> Information provided
-.-.-
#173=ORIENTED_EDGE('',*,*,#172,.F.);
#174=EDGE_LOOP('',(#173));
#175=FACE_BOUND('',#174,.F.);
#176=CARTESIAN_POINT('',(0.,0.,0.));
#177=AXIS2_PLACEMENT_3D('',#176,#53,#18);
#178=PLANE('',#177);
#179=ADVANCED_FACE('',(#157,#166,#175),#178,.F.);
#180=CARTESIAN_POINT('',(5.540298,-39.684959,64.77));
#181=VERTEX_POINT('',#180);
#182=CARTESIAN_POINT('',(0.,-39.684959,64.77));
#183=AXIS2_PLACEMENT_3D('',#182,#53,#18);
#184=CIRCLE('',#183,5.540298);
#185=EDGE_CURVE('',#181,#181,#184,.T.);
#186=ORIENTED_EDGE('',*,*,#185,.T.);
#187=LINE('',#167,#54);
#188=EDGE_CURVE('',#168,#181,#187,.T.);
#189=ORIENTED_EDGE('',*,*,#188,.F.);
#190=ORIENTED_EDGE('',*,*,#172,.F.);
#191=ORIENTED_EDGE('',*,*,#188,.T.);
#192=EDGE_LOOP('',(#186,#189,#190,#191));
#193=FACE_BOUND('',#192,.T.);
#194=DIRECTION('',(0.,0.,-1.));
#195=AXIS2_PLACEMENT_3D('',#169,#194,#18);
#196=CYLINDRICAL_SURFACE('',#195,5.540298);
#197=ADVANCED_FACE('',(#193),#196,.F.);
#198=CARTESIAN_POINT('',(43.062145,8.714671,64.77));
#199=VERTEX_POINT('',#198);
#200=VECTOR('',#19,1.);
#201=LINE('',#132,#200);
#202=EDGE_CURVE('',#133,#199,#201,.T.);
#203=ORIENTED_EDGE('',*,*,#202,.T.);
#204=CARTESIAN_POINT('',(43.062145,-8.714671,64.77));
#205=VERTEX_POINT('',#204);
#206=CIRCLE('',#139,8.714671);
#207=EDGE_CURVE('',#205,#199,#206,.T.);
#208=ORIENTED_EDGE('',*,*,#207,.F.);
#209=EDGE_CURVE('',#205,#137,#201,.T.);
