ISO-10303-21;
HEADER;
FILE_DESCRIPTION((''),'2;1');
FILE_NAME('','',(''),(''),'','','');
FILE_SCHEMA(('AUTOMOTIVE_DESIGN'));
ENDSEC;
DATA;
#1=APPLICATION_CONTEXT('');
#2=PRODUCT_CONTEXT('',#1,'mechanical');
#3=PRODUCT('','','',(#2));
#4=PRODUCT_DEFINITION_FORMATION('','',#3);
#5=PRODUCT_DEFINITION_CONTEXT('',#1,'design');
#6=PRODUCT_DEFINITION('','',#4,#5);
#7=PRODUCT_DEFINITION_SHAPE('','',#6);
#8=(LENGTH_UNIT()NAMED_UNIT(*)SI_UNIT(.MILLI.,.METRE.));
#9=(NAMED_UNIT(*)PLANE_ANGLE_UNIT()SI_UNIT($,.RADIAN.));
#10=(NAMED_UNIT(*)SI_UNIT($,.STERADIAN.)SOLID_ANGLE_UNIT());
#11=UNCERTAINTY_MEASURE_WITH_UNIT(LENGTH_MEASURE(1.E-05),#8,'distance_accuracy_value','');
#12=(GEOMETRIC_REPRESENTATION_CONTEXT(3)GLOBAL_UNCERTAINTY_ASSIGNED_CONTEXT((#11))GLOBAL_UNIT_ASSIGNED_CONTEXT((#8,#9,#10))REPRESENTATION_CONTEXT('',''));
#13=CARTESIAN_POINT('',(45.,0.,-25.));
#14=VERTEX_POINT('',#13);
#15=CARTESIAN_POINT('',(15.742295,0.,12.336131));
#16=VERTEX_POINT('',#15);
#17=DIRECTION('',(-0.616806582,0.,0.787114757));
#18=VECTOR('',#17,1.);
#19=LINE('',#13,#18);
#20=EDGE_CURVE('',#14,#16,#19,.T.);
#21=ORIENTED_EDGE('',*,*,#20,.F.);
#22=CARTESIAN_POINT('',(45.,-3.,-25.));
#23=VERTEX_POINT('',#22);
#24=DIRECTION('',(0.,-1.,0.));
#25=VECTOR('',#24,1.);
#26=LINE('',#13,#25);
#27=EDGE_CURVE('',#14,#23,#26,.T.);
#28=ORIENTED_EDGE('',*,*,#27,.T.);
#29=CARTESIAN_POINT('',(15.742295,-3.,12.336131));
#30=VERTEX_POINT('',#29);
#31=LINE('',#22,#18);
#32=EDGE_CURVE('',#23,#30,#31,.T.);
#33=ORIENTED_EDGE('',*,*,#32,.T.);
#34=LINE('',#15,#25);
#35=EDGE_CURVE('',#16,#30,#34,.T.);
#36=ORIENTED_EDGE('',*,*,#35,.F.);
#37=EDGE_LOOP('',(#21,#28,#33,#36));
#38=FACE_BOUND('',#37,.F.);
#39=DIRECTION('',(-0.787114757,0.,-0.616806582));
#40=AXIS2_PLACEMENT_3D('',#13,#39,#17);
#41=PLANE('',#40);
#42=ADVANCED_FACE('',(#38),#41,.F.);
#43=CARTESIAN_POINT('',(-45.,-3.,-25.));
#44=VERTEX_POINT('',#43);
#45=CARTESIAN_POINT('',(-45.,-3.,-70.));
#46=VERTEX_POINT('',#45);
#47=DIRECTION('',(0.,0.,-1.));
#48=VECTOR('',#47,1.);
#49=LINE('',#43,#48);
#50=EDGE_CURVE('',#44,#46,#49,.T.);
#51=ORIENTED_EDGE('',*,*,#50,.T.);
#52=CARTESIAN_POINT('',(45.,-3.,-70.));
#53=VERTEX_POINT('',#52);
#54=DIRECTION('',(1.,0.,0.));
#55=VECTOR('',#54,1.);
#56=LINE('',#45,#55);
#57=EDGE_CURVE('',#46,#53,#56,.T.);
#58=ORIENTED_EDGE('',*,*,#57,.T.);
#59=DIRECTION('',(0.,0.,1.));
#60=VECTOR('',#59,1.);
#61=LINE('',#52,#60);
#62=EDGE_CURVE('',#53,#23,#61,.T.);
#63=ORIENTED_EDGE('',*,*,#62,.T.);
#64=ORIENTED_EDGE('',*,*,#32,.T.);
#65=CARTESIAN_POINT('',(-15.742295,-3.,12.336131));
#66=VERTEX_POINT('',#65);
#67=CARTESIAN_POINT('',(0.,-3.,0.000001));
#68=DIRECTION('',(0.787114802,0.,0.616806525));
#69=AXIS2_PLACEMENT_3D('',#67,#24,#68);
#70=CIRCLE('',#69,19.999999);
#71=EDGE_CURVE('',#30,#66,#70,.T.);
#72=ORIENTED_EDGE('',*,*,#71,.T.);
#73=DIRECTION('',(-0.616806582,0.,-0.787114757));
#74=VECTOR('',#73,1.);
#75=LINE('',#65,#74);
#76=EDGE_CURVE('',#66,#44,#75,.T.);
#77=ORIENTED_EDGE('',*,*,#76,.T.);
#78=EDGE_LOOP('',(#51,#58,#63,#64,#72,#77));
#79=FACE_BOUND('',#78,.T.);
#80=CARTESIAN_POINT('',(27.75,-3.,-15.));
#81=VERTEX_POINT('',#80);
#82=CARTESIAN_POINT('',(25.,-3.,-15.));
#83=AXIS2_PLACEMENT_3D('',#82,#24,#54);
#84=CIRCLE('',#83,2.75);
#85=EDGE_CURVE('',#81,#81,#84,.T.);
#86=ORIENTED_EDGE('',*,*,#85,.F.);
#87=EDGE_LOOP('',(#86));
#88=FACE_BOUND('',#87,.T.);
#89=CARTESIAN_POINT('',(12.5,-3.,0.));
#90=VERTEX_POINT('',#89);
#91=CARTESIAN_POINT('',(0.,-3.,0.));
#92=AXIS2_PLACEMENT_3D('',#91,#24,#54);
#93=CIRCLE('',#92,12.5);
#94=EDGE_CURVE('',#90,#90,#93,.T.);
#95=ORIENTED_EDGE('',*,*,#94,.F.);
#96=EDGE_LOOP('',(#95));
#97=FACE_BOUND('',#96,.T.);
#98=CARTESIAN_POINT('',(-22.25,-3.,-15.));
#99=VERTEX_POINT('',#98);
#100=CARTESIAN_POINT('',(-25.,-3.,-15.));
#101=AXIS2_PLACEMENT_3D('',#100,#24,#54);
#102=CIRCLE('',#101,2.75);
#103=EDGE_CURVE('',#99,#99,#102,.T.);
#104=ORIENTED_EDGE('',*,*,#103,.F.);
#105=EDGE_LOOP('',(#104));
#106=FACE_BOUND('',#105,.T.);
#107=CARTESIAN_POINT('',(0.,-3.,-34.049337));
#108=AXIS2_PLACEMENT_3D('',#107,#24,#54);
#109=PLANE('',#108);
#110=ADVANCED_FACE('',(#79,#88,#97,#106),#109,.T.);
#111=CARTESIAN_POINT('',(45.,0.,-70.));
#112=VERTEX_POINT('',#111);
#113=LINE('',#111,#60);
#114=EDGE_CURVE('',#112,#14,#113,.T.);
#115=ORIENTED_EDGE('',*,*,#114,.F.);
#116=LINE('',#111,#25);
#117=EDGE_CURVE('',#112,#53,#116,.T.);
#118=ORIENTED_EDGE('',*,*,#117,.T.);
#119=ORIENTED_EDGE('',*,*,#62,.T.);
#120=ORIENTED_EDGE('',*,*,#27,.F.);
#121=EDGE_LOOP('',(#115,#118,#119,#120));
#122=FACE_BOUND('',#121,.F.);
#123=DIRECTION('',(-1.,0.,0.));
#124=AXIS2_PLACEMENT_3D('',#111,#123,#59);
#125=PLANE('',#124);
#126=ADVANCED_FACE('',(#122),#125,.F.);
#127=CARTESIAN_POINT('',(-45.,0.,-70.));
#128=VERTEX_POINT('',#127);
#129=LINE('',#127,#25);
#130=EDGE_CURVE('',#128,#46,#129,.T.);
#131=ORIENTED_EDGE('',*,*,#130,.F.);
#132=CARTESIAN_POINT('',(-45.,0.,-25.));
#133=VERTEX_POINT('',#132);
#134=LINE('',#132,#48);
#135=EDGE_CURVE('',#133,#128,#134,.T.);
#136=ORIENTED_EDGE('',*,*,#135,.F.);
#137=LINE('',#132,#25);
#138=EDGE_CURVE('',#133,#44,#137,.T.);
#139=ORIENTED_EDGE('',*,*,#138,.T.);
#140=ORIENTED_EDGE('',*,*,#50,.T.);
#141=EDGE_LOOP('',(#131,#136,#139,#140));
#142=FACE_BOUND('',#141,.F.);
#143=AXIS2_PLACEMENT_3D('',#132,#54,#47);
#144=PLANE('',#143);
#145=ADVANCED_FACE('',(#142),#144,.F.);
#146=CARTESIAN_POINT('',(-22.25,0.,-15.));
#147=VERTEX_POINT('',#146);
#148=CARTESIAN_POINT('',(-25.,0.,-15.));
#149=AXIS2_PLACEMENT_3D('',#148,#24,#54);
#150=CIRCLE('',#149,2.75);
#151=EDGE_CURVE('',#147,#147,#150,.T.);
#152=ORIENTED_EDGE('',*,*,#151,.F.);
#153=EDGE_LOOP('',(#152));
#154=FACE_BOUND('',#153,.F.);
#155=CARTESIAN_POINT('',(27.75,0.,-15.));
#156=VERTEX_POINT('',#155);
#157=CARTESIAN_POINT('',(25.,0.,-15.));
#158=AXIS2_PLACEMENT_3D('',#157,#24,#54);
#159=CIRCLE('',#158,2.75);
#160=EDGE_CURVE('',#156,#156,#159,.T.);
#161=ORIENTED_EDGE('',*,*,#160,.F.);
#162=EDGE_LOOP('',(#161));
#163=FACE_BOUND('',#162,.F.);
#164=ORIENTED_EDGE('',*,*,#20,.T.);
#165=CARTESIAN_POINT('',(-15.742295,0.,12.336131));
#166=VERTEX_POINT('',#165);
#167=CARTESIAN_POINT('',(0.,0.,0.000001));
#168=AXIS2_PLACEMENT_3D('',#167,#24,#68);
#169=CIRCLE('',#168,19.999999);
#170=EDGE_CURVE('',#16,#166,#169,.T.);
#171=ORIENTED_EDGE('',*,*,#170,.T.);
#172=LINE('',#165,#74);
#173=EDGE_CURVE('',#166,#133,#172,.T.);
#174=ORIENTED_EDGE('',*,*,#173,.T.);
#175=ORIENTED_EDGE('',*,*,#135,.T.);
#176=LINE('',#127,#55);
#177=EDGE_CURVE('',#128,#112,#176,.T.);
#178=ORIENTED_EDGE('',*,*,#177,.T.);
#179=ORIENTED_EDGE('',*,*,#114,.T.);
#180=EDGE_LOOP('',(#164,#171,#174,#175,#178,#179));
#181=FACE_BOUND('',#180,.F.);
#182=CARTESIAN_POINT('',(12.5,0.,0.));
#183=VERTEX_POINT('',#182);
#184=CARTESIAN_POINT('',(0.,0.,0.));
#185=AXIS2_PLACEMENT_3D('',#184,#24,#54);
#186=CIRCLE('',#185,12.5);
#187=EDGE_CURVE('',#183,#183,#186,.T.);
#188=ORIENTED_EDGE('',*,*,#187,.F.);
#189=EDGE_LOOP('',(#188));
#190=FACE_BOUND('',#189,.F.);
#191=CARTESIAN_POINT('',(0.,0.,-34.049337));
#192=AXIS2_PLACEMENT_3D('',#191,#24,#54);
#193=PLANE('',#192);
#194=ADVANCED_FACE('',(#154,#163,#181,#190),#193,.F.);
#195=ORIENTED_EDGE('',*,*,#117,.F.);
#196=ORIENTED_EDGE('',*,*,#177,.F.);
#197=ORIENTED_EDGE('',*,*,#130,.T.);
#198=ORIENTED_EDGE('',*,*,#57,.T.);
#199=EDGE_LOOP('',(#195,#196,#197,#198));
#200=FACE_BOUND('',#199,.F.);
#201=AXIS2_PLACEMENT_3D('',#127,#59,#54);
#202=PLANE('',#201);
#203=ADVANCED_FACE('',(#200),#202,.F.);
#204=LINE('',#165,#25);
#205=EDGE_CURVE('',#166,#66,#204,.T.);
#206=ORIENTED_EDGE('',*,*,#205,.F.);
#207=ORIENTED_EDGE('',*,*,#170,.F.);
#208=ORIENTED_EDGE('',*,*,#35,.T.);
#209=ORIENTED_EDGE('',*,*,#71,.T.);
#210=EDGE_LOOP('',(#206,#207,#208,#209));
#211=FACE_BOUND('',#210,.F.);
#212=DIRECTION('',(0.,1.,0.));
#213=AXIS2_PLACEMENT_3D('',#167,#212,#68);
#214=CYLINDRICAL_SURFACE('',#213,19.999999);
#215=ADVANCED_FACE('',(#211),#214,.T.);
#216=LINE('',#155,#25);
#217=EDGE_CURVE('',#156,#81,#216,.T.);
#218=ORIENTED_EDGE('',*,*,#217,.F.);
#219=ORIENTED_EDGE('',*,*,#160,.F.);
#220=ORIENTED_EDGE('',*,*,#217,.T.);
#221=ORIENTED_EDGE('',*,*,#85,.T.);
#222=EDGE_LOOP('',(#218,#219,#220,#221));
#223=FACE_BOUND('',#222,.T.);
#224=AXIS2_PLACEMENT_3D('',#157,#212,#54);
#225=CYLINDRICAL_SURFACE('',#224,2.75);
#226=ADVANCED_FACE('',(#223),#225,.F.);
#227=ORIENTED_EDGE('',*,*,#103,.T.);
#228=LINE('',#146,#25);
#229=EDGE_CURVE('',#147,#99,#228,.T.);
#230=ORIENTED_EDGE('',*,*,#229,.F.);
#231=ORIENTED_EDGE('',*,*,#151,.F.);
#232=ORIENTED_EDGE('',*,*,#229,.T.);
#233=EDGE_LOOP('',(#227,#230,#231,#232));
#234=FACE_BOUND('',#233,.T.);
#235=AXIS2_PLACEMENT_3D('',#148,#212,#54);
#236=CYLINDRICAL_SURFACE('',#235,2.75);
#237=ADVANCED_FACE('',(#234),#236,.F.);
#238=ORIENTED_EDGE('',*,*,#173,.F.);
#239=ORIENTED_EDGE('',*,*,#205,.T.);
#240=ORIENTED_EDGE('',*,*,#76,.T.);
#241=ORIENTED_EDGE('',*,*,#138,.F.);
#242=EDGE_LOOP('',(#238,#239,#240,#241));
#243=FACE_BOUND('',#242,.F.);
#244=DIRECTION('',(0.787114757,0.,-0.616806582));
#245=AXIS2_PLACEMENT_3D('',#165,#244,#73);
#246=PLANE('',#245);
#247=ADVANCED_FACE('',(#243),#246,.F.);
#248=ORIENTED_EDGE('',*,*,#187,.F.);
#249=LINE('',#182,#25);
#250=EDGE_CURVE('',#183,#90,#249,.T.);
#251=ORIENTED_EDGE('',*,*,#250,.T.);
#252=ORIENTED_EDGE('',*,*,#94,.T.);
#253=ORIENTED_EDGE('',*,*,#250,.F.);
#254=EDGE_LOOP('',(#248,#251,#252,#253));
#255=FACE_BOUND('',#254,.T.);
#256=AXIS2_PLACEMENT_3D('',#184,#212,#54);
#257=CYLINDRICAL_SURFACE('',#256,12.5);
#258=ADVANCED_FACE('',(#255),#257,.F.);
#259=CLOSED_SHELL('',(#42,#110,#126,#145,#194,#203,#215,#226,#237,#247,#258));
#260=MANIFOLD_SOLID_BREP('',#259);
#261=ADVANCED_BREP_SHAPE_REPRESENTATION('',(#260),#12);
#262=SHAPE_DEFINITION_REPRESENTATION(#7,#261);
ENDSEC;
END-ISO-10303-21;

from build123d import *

# Parameters (mm, degrees)
F0_R     = 2.75
F0_R_2   = 12.5
F1_DEPTH = 3


with BuildPart() as f1:
    # F0 (on Front) → F1 (new body)
    with BuildSketch(Plane.XZ):
        with BuildLine():
            Line((45, -25), (15.742295, 12.336131))
            ThreePointArc((15.742295, 12.336131), (0, 20), (-15.742295, 12.336131))
            Line((-15.742295, 12.336131), (-45, -25))
            Line((-45, -25), (-45, -70))
            Line((-45, -70), (45, -70))
            Line((45, -70), (45, -25))
        make_face()
        with Locations((-25, -15)):
            Circle(F0_R, mode=Mode.SUBTRACT)
        with Locations((25, -15)):
            Circle(F0_R, mode=Mode.SUBTRACT)
        Circle(F0_R_2, mode=Mode.SUBTRACT)
    extrude(amount=F1_DEPTH)


solid = f1.part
-.-.-
Would you please copy, word for word, everything above from the line containing "#79=FACE_BOUND('',#78,.T.);" down to the line containing "#126=ADVANCED_FACE('',(#122),#125,.F.);", those two lines included?

#79=FACE_BOUND('',#78,.T.);
#80=CARTESIAN_POINT('',(27.75,-3.,-15.));
#81=VERTEX_POINT('',#80);
#82=CARTESIAN_POINT('',(25.,-3.,-15.));
#83=AXIS2_PLACEMENT_3D('',#82,#24,#54);
#84=CIRCLE('',#83,2.75);
#85=EDGE_CURVE('',#81,#81,#84,.T.);
#86=ORIENTED_EDGE('',*,*,#85,.F.);
#87=EDGE_LOOP('',(#86));
#88=FACE_BOUND('',#87,.T.);
#89=CARTESIAN_POINT('',(12.5,-3.,0.));
#90=VERTEX_POINT('',#89);
#91=CARTESIAN_POINT('',(0.,-3.,0.));
#92=AXIS2_PLACEMENT_3D('',#91,#24,#54);
#93=CIRCLE('',#92,12.5);
#94=EDGE_CURVE('',#90,#90,#93,.T.);
#95=ORIENTED_EDGE('',*,*,#94,.F.);
#96=EDGE_LOOP('',(#95));
#97=FACE_BOUND('',#96,.T.);
#98=CARTESIAN_POINT('',(-22.25,-3.,-15.));
#99=VERTEX_POINT('',#98);
#100=CARTESIAN_POINT('',(-25.,-3.,-15.));
#101=AXIS2_PLACEMENT_3D('',#100,#24,#54);
#102=CIRCLE('',#101,2.75);
#103=EDGE_CURVE('',#99,#99,#102,.T.);
#104=ORIENTED_EDGE('',*,*,#103,.F.);
#105=EDGE_LOOP('',(#104));
#106=FACE_BOUND('',#105,.T.);
#107=CARTESIAN_POINT('',(0.,-3.,-34.049337));
#108=AXIS2_PLACEMENT_3D('',#107,#24,#54);
#109=PLANE('',#108);
#110=ADVANCED_FACE('',(#79,#88,#97,#106),#109,.T.);
#111=CARTESIAN_POINT('',(45.,0.,-70.));
#112=VERTEX_POINT('',#111);
#113=LINE('',#111,#60);
#114=EDGE_CURVE('',#112,#14,#113,.T.);
#115=ORIENTED_EDGE('',*,*,#114,.F.);
#116=LINE('',#111,#25);
#117=EDGE_CURVE('',#112,#53,#116,.T.);
#118=ORIENTED_EDGE('',*,*,#117,.T.);
#119=ORIENTED_EDGE('',*,*,#62,.T.);
#120=ORIENTED_EDGE('',*,*,#27,.F.);
#121=EDGE_LOOP('',(#115,#118,#119,#120));
#122=FACE_BOUND('',#121,.F.);
#123=DIRECTION('',(-1.,0.,0.));
#124=AXIS2_PLACEMENT_3D('',#111,#123,#59);
#125=PLANE('',#124);
#126=ADVANCED_FACE('',(#122),#125,.F.);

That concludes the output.